# Wood Inserts for Masonary Fireplaces?



## Frighteners Entertainment (Jan 24, 2006)

After shopping for a few weeks looks like I'm down to 3 brands of inserts.
This one by Avalon:








This one by Vermont Casting:








And this one by Jotul:









Though decision, all 3 have their plus and minus features.

any input from anyone owning these brands is helpful!


----------



## Hauntiholik (May 17, 2006)

I don't own one but I'll throw out my opinion anyway. The 3rd one is pretty.


----------



## Frighteners Entertainment (Jan 24, 2006)

I like that one too.
Back ordered until late Jan-Feb, that is a minus.


----------



## Frighteners Entertainment (Jan 24, 2006)
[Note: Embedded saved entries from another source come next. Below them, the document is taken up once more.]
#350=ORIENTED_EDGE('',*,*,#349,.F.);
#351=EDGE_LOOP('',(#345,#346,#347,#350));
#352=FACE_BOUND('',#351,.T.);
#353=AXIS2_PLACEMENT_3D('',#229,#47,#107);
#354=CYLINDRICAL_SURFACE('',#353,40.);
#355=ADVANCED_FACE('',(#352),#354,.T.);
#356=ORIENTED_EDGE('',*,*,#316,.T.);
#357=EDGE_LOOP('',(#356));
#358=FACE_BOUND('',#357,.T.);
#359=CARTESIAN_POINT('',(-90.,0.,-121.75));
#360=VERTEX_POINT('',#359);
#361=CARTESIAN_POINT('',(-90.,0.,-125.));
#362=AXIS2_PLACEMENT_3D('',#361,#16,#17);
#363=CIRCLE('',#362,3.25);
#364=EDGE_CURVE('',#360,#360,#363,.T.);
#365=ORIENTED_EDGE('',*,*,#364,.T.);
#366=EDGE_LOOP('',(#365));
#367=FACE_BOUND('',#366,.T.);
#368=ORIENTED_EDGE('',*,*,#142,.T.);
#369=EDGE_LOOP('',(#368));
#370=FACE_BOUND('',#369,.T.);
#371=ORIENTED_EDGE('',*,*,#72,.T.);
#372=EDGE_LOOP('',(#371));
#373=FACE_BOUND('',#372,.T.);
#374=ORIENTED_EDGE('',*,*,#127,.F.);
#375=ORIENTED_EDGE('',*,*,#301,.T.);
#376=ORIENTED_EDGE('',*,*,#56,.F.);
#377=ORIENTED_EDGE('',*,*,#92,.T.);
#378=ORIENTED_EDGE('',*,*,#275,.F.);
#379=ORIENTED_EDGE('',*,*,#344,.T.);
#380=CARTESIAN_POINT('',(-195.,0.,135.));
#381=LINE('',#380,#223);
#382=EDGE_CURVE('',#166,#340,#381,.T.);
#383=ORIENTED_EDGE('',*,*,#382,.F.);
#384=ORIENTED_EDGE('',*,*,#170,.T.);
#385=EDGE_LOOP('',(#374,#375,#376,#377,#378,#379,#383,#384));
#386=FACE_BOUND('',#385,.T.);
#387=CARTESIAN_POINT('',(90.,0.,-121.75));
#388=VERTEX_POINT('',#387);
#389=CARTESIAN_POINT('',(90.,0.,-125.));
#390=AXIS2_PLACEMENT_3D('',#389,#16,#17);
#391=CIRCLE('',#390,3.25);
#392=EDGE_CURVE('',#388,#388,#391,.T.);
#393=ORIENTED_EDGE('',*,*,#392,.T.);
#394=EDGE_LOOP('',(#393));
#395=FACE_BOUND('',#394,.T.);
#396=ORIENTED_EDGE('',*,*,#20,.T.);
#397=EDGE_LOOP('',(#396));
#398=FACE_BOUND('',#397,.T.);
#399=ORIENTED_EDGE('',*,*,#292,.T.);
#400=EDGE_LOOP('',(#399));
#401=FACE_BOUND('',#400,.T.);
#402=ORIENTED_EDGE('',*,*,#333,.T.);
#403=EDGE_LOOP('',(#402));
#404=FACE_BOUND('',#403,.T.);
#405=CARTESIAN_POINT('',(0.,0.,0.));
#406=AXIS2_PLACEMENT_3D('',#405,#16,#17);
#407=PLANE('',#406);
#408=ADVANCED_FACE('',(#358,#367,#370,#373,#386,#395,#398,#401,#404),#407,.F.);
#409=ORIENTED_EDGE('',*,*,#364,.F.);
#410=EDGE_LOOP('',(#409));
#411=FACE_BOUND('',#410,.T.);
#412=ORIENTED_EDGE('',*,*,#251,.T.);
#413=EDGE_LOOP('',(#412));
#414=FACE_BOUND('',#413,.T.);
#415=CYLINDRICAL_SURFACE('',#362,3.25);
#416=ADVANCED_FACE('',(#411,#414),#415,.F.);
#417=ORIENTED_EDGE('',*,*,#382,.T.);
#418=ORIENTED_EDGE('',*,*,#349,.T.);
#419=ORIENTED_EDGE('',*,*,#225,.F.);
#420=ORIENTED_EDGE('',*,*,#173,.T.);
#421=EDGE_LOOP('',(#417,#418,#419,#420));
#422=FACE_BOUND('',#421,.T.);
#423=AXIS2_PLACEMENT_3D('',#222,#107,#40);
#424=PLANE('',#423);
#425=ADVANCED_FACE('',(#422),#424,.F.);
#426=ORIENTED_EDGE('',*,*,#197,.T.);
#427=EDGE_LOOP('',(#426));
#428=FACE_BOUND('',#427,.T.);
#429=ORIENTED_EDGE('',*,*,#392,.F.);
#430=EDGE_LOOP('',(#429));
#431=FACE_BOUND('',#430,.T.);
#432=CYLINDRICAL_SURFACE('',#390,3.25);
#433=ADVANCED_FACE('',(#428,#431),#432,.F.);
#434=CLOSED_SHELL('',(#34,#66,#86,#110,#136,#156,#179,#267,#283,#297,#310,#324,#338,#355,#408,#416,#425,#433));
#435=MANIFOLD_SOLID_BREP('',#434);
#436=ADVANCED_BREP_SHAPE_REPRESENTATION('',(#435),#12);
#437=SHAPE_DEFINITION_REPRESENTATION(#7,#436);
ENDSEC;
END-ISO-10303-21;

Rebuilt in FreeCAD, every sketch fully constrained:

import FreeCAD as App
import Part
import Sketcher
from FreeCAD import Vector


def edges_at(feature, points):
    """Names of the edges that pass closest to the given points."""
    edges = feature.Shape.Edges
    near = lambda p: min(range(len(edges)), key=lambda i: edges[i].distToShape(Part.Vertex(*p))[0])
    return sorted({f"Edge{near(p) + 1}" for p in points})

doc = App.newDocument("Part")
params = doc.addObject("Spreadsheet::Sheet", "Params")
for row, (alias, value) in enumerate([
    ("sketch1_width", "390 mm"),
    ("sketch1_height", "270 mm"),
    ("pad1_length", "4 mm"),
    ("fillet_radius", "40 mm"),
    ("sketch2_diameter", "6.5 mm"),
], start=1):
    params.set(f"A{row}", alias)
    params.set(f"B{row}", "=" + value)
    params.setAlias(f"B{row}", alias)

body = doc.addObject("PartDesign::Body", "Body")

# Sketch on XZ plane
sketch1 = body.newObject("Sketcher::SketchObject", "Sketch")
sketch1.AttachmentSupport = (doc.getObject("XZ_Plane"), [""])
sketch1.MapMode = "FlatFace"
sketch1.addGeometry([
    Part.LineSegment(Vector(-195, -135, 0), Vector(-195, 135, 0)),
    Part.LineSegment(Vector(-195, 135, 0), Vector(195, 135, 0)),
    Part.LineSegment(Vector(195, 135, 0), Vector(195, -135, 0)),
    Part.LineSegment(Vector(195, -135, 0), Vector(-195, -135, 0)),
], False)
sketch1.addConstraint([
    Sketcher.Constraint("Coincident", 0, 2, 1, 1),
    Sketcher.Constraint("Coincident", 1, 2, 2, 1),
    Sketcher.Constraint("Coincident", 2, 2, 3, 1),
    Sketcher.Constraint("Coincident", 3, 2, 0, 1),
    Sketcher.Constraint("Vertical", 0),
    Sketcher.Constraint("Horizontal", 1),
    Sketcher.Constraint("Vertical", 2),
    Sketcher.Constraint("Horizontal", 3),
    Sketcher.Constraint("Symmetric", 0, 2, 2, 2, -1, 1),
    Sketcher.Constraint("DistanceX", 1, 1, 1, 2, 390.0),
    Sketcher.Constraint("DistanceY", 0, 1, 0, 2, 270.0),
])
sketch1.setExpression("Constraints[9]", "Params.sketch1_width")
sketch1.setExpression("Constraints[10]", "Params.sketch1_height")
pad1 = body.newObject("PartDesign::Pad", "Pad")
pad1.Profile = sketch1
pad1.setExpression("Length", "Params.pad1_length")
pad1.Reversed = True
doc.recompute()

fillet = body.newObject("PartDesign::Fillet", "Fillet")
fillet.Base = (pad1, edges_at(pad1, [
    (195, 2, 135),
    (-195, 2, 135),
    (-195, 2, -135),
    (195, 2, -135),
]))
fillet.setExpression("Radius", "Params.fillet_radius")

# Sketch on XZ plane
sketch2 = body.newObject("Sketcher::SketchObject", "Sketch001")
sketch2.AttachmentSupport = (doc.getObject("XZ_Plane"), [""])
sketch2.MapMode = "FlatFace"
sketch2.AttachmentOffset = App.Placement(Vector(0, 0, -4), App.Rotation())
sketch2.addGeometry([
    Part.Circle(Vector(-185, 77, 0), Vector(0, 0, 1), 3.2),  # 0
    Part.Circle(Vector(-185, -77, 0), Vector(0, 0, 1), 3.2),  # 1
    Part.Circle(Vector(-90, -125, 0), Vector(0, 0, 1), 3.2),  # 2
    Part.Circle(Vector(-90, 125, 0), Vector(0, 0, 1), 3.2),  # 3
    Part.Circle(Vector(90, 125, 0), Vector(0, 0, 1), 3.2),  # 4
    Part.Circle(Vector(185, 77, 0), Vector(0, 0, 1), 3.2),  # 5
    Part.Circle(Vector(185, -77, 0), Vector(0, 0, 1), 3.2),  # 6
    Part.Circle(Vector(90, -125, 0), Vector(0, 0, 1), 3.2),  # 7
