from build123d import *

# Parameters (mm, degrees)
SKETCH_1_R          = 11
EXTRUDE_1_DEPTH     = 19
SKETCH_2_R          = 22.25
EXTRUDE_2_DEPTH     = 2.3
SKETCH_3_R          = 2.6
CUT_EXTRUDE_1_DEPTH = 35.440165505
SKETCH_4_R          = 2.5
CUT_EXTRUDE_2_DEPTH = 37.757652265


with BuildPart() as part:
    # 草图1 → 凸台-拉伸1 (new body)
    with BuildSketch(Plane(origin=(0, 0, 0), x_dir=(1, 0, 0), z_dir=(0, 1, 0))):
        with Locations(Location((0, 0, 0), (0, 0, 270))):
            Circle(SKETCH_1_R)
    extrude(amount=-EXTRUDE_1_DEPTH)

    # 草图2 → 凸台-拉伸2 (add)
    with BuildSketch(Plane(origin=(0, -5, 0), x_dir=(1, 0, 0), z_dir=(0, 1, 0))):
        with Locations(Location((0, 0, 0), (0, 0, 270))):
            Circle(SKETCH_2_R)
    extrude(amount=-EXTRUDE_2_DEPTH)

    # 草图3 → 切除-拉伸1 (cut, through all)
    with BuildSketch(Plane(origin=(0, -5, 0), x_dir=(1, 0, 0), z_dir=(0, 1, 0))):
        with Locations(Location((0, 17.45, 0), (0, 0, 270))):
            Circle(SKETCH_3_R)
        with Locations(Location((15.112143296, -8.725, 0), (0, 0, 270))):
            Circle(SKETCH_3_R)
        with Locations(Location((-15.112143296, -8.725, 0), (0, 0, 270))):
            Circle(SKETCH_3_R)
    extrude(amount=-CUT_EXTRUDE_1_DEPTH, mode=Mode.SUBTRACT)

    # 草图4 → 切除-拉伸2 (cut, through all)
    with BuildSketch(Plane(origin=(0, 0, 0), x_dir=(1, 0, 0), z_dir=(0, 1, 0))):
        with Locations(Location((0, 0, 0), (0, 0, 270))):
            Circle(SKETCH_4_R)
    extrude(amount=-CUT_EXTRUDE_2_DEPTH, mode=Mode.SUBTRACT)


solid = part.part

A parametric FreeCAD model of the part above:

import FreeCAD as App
import Part
import Sketcher

V = App.Vector

doc = App.newDocument("Part")
body = doc.addObject("PartDesign::Body", "Body")

# Sketch on XZ plane
sketch1 = doc.addObject("Sketcher::SketchObject", "Sketch")
body.addObject(sketch1)
sketch1.AttachmentSupport = (doc.XZ_Plane, [""])
sketch1.MapMode = "FlatFace"
sketch1.addGeometry(Part.Circle(V(0, 0, 0), V(0, 0, 1), 11), False)
sketch1.addConstraint(Sketcher.Constraint("Coincident", 0, 3, -1, 1))
sketch1.addConstraint(Sketcher.Constraint("Diameter", 0, 22.0))
pad1 = doc.addObject("PartDesign::Pad", "Pad")
body.addObject(pad1)
pad1.Profile = sketch1
pad1.Length = 19

# Sketch on XZ plane
sketch2 = doc.addObject("Sketcher::SketchObject", "Sketch001")
body.addObject(sketch2)
sketch2.AttachmentSupport = (doc.XZ_Plane, [""])
sketch2.MapMode = "FlatFace"
sketch2.AttachmentOffset = App.Placement(V(0, 0, 5), App.Rotation())
sketch2.addGeometry(Part.Circle(V(0, 0, 0), V(0, 0, 1), 22.25), False)
sketch2.addConstraint(Sketcher.Constraint("Coincident", 0, 3, -1, 1))
sketch2.addConstraint(Sketcher.Constraint("Diameter", 0, 44.5))
pad2 = doc.addObject("PartDesign::Pad", "Pad001")
body.addObject(pad2)
pad2.Profile = sketch2
pad2.Length = 2.3

# Sketch on XZ plane
sketch3 = doc.addObject("Sketcher::SketchObject", "Sketch002")
body.addObject(sketch3)
sketch3.AttachmentSupport = (doc.XZ_Plane, [""])
sketch3.MapMode = "FlatFace"
sketch3.AttachmentOffset = App.Placement(V(0, 0, 5), App.Rotation())
sketch3.addGeometry(Part.Circle(V(0, -17.45, 0), V(0, 0, 1), 2.6), False)
sketch3.addGeometry(Part.Circle(V(15.112143, 8.725, 0), V(0, 0, 1), 2.6), False)
sketch3.addGeometry(Part.Circle(V(-15.112143, 8.725, 0), V(0, 0, 1), 2.6), False)
sketch3.addConstraint(Sketcher.Constraint("Equal", 0, 1))
sketch3.addConstraint(Sketcher.Constraint("Equal", 1, 2))
sketch3.addConstraint(Sketcher.Constraint("Symmetric", 1, 3, 2, 3, -2))
sketch3.addConstraint(Sketcher.Constraint("PointOnObject", 0, 3, -2))
sketch3.addConstraint(Sketcher.Constraint("Diameter", 0, 5.2))
sketch3.addConstraint(Sketcher.Constraint("DistanceY", 0, 3, -1, 1, 17.45))
sketch3.addConstraint(Sketcher.Constraint("DistanceY", -1, 1, 1, 3, 8.725))
sketch3.addConstraint(Sketcher.Constraint("DistanceX", -1, 1, 1, 3, 15.112143))
pocket1 = doc.addObject("PartDesign::Pocket", "Pocket")
body.addObject(pocket1)
pocket1.Profile = sketch3
pocket1.Type = "ThroughAll"
pocket1.Reversed = True

# Sketch on XZ plane
sketch4 = doc.addObject("Sketcher::SketchObject", "Sketch003")
body.addObject(sketch4)
sketch4.AttachmentSupport = (doc.XZ_Plane, [""])
sketch4.MapMode = "FlatFace"
sketch4.addGeometry(Part.Circle(V(0, 0, 0), V(0, 0, 1), 2.5), False)
sketch4.addConstraint(Sketcher.Constraint("Coincident", 0, 3, -1, 1))
sketch4.addConstraint(Sketcher.Constraint("Diameter", 0, 5.0))
pocket2 = doc.addObject("PartDesign::Pocket", "Pocket001")
body.addObject(pocket2)
pocket2.Profile = sketch4
pocket2.Type = "ThroughAll"
pocket2.Reversed = True

doc.recompute()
Well, down to just 2 models. The Vermont Casting isn't quit what I thought it would be.


----------



## Lilly (Jun 13, 2006)

What do you mean ? those are made out of wood?

#1 looks like a cremation door
#2 looks like a tiki god for some odd reason
"3 is best so far


----------



## RoxyBlue (Oct 6, 2008)

Lilly said:


> #1 looks like a cremation door


Well, you know, he doesn't say HOW he's going to be using the fireplace

I vote for number 3 as well.


----------



## Spooky1 (Aug 25, 2008)

I like #3 the best too. Pic #2 is too small for my aging eyes. Don't they have a better pic available? Are they trying to hide something?


----------



## pyro (Oct 7, 2006)

hey jeff do they all have fans


----------



## Frighteners Entertainment (Jan 24, 2006)

They do.
Looks like I'm getting the 1st one.
Can't put this off any longer.... or winter will be over.


----------



## Frighteners Entertainment (Jan 24, 2006)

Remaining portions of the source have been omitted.